単一細胞RNAシーケンス(scRNA-seq)解析: 感染後7日目のB6/Spret F1マウスからウイルス特異的T細胞を単離し、scRNA-seq解析を実施した。データは、Chromium Single Cell 3’ Reagent Kit (v2) を用いて調製し、Illumina HiSeq 2500でシーケンスした。scRNA-seqデータは、ライブラリサイズの中央値に正規化し、主成分分析(PCA)と拡散マップ(Diffusion Maps)を用いて次元削減を行った。PhenoGraphを用いて細胞をクラスター化し、Earth Mover’s Distance (EMD) を用いて差次的発現遺伝子を同定した。アレル特異的発現パターンを「デジタル」制御(発現細胞頻度の変化)と「アナログ」制御(発現量の差)に分類し、評価した。

転写因子結合解析: T-bet、Eomes、Runx-CBFβのChIP-seqを実施し、ゲノムワイドな結合パターンを解析した。T-bet ChIPは、7匹のB6/Cast F1マウスからプールした活性化T細胞の技術的複製を用いて実施した。Eomes ChIPは、単一のB6/Cast F1マウスからin vitroで増殖させた細胞の技術的複製を用いて実施した。CBFβ ChIPは、4-6匹のB6/Cast F1マウスからプールしたナイーブおよび活性化CD8 T細胞の技術的複製を用いて実施した。ChIP-seqピークはMACS2を用いてコールし、DREME (Discriminative Regular Expression Motif Elicitation) を用いて濃縮されたモチーフを予測した。FIMO (Find Individual Motif Occurrences) を用いて既知のTF結合モチーフをスキャンし、モチーフ変異がアレル特異的クロマチンアクセシビリティに与える影響を評価した。共免疫沈降(co-IP)実験により、T-betとRunx1の直接的なタンパク質相互作用を確認した。

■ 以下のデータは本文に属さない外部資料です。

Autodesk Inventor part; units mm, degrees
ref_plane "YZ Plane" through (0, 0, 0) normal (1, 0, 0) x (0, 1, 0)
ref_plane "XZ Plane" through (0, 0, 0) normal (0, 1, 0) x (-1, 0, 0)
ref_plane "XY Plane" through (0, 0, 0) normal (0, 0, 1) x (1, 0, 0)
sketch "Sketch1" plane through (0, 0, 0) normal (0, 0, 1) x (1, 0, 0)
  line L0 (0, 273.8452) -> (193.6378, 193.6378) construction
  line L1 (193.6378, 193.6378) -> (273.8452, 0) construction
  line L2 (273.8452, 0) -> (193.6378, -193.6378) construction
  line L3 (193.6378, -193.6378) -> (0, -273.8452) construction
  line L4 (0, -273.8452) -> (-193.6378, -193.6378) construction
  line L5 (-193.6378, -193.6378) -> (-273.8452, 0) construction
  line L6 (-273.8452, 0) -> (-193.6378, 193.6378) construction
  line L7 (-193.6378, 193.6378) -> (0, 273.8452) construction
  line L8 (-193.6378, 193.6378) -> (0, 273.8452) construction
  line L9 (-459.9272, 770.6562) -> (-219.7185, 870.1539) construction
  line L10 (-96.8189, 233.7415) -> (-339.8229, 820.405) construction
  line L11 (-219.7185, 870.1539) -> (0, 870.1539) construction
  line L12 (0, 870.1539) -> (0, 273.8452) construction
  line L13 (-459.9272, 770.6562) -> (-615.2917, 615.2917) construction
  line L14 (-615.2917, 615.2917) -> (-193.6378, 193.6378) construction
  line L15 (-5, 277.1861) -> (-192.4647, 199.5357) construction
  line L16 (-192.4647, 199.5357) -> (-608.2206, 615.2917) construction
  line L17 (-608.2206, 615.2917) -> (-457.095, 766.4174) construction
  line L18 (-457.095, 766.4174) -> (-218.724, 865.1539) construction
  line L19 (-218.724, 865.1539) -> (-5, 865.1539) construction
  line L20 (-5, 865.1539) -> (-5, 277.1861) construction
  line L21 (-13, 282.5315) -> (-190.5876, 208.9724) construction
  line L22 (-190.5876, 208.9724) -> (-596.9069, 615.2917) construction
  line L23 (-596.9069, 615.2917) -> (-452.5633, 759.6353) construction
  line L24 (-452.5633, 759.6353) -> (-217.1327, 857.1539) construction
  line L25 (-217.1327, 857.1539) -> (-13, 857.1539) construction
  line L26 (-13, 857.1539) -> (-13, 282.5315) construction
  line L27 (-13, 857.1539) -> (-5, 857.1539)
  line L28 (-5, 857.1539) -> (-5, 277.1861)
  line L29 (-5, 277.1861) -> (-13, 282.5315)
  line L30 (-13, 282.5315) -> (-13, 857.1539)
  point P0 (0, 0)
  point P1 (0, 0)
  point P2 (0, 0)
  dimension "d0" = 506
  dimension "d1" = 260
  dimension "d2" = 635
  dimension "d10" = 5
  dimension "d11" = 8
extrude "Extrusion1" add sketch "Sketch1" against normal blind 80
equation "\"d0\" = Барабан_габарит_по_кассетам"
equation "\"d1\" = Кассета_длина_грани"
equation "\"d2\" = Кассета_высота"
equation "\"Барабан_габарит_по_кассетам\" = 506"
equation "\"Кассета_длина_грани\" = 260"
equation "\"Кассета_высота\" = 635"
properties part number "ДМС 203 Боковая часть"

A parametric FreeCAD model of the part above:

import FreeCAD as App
import Part
import Sketcher
from FreeCAD import Vector
Q = App.Units.Quantity

doc = App.newDocument("Part")
params = doc.addObject("Spreadsheet::Sheet", "Params")
for row, (alias, value) in enumerate([
    ("sketch1_width", "8 mm"),
    ("pad1_length", "80 mm"),
], start=1):
    params.set(f"A{row}", alias)
    params.set(f"B{row}", "=" + value)
    params.setAlias(f"B{row}", alias)

body = doc.addObject("PartDesign::Body", "Body")

# Sketch on XY plane
sketch1 = body.newObject("Sketcher::SketchObject", "Sketch")
sketch1.AttachmentSupport = (doc.getObject("XY_Plane"), [""])
sketch1.MapMode = "FlatFace"
sketch1.addGeometry([
    Part.LineSegment(Vector(-5, 857, 0), Vector(-13, 857, 0)),
    Part.LineSegment(Vector(-13, 857, 0), Vector(-13, 283, 0)),
    Part.LineSegment(Vector(-13, 283, 0), Vector(-5, 277, 0)),
    Part.LineSegment(Vector(-5, 277, 0), Vector(-5, 857, 0)),
], False)
sketch1.addConstraint([
    Sketcher.Constraint("Coincident", 0, 2, 1, 1),
    Sketcher.Constraint("Coincident", 1, 2, 2, 1),
    Sketcher.Constraint("Coincident", 2, 2, 3, 1),
    Sketcher.Constraint("Coincident", 3, 2, 0, 1),
    Sketcher.Constraint("Horizontal", 0),
    Sketcher.Constraint("Vertical", 1),
    Sketcher.Constraint("Vertical", 3),
    Sketcher.Constraint("DistanceX", 0, 2, 0, 1, 8.0),
    Sketcher.Constraint("DistanceX", 2, 2, -1, 1, 5.0),
    Sketcher.Constraint("Angle", 2, Q("-33.7499 deg")),
    Sketcher.Constraint("DistanceY", 1, 2, 1, 1, 574.6224),
    Sketcher.Constraint("DistanceY", -1, 1, 0, 2, 857.154),
])
sketch1.setExpression("Constraints[7]", "Params.sketch1_width")
pad1 = body.newObject("PartDesign::Pad", "Pad")
pad1.Profile = sketch1
pad1.setExpression("Length", "Params.pad1_length")
pad1.Reversed = True

doc.recompute()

隣接クロマチン領域の共調節解析: Runxモチーフ変異が、変異を含むATACピークだけでなく、隣接するクロマチン領域のアクセシビリティにも影響を与えるかを解析した。アレル不均衡を示す複数の隣接ATACピークが同一方向に共調節されるパターンを特定し、その安定性との関連を評価した。統計解析にはt検定、Pearson相関、ベータ二項検定などが用いられた。